BEGIN

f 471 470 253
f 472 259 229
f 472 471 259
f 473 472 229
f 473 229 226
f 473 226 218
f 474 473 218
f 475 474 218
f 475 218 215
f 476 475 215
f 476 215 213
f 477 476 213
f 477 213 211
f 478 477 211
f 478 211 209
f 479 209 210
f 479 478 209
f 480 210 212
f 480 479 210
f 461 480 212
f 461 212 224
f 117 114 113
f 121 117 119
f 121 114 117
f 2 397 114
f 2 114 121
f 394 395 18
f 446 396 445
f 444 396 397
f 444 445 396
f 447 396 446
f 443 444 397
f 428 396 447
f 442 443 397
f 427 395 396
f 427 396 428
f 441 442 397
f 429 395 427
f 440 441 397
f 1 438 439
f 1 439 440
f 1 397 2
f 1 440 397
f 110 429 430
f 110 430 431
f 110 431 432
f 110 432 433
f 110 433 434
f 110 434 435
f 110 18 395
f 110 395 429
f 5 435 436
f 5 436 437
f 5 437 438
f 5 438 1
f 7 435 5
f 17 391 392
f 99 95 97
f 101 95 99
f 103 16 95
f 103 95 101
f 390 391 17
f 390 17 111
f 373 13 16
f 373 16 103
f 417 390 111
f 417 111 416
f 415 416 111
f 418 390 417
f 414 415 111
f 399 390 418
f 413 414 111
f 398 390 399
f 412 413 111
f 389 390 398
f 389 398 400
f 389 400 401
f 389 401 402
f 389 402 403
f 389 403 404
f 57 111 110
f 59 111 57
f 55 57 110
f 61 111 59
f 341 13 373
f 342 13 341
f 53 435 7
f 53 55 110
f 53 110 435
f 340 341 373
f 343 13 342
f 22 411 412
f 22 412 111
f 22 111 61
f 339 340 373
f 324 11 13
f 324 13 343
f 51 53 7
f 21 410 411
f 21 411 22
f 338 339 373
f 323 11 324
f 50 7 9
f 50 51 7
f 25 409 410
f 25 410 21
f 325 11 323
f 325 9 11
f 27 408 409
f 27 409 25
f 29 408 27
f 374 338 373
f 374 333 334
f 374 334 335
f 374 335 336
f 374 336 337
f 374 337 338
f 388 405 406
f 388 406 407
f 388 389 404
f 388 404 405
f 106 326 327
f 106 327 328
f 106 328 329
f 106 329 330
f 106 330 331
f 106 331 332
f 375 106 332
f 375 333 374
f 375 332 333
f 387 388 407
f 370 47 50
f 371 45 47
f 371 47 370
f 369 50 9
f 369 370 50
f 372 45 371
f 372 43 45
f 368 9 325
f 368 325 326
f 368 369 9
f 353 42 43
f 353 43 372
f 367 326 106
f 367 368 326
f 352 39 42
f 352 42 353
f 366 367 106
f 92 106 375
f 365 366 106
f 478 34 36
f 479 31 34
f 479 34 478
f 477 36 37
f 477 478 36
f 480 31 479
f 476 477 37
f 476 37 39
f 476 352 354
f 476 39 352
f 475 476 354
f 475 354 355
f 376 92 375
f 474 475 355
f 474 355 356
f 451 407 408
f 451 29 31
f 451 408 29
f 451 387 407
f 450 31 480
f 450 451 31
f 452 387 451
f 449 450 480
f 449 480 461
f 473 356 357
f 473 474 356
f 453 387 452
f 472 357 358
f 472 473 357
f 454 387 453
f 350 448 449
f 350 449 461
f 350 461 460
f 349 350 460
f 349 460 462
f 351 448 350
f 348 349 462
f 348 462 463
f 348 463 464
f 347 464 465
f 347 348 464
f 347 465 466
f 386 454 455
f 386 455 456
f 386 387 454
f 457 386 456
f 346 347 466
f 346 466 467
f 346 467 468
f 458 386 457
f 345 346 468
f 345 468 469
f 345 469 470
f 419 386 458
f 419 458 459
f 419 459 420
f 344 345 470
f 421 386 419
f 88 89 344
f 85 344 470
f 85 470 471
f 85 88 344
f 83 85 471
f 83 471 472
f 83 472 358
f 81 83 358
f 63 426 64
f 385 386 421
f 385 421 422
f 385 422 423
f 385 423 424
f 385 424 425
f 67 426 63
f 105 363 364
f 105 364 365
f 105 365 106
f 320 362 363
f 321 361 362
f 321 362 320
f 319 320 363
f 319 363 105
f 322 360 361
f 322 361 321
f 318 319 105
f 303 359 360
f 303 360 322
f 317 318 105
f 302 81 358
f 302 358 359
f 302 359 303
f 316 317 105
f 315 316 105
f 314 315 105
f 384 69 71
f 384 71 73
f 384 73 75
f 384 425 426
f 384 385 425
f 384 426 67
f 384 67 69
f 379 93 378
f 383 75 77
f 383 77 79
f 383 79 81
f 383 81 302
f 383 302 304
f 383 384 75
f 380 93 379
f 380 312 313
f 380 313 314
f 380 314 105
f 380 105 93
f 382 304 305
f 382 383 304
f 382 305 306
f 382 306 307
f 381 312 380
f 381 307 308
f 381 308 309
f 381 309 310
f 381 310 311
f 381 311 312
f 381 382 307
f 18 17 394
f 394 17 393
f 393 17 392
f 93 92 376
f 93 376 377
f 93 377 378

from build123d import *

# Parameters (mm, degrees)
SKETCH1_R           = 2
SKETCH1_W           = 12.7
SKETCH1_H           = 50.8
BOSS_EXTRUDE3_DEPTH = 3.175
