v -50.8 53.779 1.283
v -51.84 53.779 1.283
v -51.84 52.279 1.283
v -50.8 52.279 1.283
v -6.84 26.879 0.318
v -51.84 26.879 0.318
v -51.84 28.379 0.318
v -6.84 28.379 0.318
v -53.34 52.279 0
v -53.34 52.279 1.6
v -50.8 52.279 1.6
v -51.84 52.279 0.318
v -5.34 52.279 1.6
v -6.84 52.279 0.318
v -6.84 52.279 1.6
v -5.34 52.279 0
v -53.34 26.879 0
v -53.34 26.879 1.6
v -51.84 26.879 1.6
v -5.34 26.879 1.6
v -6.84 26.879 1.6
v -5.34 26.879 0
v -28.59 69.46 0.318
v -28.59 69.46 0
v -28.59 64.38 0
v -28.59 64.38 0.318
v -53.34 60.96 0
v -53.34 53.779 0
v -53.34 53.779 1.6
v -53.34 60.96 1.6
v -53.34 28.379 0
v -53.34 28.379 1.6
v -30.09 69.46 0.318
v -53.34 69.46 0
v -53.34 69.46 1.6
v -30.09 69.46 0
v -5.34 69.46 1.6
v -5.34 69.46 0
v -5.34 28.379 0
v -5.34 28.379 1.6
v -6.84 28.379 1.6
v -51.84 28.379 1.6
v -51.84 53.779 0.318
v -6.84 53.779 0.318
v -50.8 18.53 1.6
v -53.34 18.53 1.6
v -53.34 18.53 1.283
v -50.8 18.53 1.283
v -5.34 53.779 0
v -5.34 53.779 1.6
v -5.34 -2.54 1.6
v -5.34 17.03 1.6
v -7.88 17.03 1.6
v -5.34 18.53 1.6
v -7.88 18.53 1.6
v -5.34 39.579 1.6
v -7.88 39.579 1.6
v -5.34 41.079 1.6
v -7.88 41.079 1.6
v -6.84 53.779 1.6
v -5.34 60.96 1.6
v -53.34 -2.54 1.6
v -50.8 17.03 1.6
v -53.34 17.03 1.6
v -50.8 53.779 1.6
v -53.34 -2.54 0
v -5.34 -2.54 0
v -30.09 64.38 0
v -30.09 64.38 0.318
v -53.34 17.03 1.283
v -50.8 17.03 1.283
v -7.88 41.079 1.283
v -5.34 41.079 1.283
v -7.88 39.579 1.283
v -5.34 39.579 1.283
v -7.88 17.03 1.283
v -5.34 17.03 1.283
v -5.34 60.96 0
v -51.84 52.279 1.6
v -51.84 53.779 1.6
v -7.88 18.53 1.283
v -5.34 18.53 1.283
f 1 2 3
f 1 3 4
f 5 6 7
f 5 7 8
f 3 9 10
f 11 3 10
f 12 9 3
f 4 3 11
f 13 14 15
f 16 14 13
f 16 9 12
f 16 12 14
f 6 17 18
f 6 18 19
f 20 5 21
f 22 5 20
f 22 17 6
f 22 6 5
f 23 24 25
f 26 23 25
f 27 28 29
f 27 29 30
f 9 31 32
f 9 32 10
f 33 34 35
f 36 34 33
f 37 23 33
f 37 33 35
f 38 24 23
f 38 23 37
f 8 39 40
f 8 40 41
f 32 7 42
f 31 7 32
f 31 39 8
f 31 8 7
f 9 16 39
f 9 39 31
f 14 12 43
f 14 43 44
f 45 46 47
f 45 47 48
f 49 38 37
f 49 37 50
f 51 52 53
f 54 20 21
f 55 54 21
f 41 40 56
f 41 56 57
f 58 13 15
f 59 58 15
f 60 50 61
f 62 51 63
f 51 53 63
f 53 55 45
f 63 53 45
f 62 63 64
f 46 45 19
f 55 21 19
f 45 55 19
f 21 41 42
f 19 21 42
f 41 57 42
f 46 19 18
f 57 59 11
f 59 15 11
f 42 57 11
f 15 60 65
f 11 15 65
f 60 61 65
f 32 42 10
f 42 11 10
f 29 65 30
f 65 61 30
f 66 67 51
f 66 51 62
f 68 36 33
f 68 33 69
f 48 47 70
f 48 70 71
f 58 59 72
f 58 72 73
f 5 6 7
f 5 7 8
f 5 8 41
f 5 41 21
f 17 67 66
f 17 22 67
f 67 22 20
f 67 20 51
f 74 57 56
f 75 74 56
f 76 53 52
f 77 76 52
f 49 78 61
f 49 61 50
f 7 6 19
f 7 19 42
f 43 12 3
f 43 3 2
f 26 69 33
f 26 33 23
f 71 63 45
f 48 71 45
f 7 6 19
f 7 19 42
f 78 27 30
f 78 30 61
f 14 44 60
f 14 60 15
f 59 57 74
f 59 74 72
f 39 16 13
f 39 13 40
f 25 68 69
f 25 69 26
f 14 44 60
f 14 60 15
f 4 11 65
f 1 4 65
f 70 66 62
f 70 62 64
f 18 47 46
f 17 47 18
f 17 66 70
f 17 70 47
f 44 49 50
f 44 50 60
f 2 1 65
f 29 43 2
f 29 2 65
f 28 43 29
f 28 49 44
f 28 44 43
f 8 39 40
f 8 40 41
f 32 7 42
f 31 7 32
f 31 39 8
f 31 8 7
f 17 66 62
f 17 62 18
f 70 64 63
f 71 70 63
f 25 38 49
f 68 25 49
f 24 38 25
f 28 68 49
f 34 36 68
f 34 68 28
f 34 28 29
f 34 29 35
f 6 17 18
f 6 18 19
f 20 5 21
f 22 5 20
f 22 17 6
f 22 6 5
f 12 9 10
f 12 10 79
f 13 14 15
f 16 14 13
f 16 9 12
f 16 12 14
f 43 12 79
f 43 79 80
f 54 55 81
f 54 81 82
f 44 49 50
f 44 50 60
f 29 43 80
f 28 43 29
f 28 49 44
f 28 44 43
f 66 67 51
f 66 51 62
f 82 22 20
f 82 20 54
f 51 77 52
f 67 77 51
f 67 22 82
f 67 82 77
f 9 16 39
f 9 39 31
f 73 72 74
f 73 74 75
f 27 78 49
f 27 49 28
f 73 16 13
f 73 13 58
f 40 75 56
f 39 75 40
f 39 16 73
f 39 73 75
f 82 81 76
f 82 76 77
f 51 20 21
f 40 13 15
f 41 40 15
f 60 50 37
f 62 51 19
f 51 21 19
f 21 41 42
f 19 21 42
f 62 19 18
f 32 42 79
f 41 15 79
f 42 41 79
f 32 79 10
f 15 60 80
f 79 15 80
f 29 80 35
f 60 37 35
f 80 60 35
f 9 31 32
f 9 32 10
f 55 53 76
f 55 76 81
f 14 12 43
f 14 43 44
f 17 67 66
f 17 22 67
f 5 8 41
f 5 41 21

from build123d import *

# Parameters (mm, degrees)
PAD_DEPTH       = 1.6
SKETCH002_W     = 45
SKETCH002_H     = 1.5
POCKET_DEPTH    = 0.3175
SKETCH004_W     = 1.04
SKETCH004_H     = 1.5
SKETCH004_W_2   = 2.54
POCKET002_DEPTH = 0.3175
PAD001_DEPTH    = 1.6
SKETCH003_W     = 45
SKETCH003_H     = 1.5
SKETCH003_W_2   = 1.5
SKETCH003_H_2   = 5.08
POCKET001_DEPTH = 0.3175


with BuildPart() as short_pcb:
    # Sketch → Pad (new body)
    with BuildSketch(Plane.XY):
        Polygon((-53.34, -2.54), (-53.34, 26.87934), (-51.84, 26.87934), (-51.84, 28.37934), (-53.34, 28.37934), (-53.34, 52.27934), (-51.84, 52.27934), (-51.84, 53.77934), (-53.34, 53.77934), (-53.34, 60.96), (-5.34, 60.96), (-5.34, 53.77934), (-6.84, 53.77934), (-6.84, 52.27934), (-5.34, 52.27934), (-5.34, 28.37934), (-6.84, 28.37934), (-6.84, 26.87934), (-5.34, 26.87934), (-5.34, -2.54), align=None)
    extrude(amount=PAD_DEPTH)

    # Sketch002 (on Face21 of Pad) → Pocket (cut)
    with BuildSketch(Plane(origin=(0, 0, 0), x_dir=(1, 0, 0), z_dir=(0, 0, -1))):
        with Locations((-29.34, -53.02934)):
            Rectangle(SKETCH002_W, SKETCH002_H)
        with Locations((-29.34, -27.62934)):
            Rectangle(SKETCH002_W, SKETCH002_H)
    extrude(amount=-POCKET_DEPTH, mode=Mode.SUBTRACT)

    # Sketch004 (on Face5 of Pocket) → Pocket002 (cut)
    with BuildSketch(Plane.XY.offset(1.6)):
        with Locations((-51.32, 53.02934)):
            Rectangle(SKETCH004_W, SKETCH004_H)
        with Locations((-6.61, 40.32934)):
            Rectangle(SKETCH004_W_2, SKETCH004_H)
        with Locations((-52.07, 17.78)):
            Rectangle(SKETCH004_W_2, SKETCH004_H)
        with Locations((-6.61, 17.78)):
            Rectangle(SKETCH004_W_2, SKETCH004_H)
    extrude(amount=-POCKET002_DEPTH, mode=Mode.SUBTRACT)


with BuildPart() as long_pcb:
    # Sketch001 → Pad001 (new body)
    with BuildSketch(Plane.XY):
        Polygon((-53.34, -2.54), (-53.34, 26.87934), (-51.84, 26.87934), (-51.84, 28.37934), (-53.34, 28.37934), (-53.34, 52.27934), (-51.84, 52.27934), (-51.84, 53.77934), (-53.34, 53.77934), (-53.34, 69.46), (-5.34, 69.46), (-5.34, 53.77934), (-6.84, 53.77934), (-6.84, 52.27934), (-5.34, 52.27934), (-5.34, 28.37934), (-6.84, 28.37934), (-6.84, 26.87934), (-5.34, 26.87934), (-5.34, -2.54), align=None)
    extrude(amount=PAD001_DEPTH)

    # Sketch003 (on Face21 of Pad001) → Pocket001 (cut)
    with BuildSketch(Plane(origin=(0, 0, 0), x_dir=(1, 0, 0), z_dir=(0, 0, -1))):
        with Locations((-29.34, -53.02934)):
            Rectangle(SKETCH003_W, SKETCH003_H)
        with Locations((-29.34, -27.62934)):
            Rectangle(SKETCH003_W, SKETCH003_H)
        with Locations((-29.34, -66.92)):
            Rectangle(SKETCH003_W_2, SKETCH003_H_2)
    extrude(amount=-POCKET001_DEPTH, mode=Mode.SUBTRACT)


solid = Compound([short_pcb.part, long_pcb.part])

END

◆ EXERCISE REQUIREMENTS:
Above are the records. Print exactly, and only, the lines from the line with "f 387 388 407" to the line with "f 105 363 364", both inclusive.

◆ ANSWER TO THIS TASK:
f 387 388 407
f 370 47 50
f 371 45 47
f 371 47 370
f 369 50 9
f 369 370 50
f 372 45 371
f 372 43 45
f 368 9 325
f 368 325 326
f 368 369 9
f 353 42 43
f 353 43 372
f 367 326 106
f 367 368 326
f 352 39 42
f 352 42 353
f 366 367 106
f 92 106 375
f 365 366 106
f 478 34 36
f 479 31 34
f 479 34 478
f 477 36 37
f 477 478 36
f 480 31 479
f 476 477 37
f 476 37 39
f 476 352 354
f 476 39 352
f 475 476 354
f 475 354 355
f 376 92 375
f 474 475 355
f 474 355 356
f 451 407 408
f 451 29 31
f 451 408 29
f 451 387 407
f 450 31 480
f 450 451 31
f 452 387 451
f 449 450 480
f 449 480 461
f 473 356 357
f 473 474 356
f 453 387 452
f 472 357 358
f 472 473 357
f 454 387 453
f 350 448 449
f 350 449 461
f 350 461 460
f 349 350 460
f 349 460 462
f 351 448 350
f 348 349 462
f 348 462 463
f 348 463 464
f 347 464 465
f 347 348 464
f 347 465 466
f 386 454 455
f 386 455 456
f 386 387 454
f 457 386 456
f 346 347 466
f 346 466 467
f 346 467 468
f 458 386 457
f 345 346 468
f 345 468 469
f 345 469 470
f 419 386 458
f 419 458 459
f 419 459 420
f 344 345 470
f 421 386 419
f 88 89 344
f 85 344 470
f 85 470 471
f 85 88 344
f 83 85 471
f 83 471 472
f 83 472 358
f 81 83 358
f 63 426 64
f 385 386 421
f 385 421 422
f 385 422 423
f 385 423 424
f 385 424 425
f 67 426 63
f 105 363 364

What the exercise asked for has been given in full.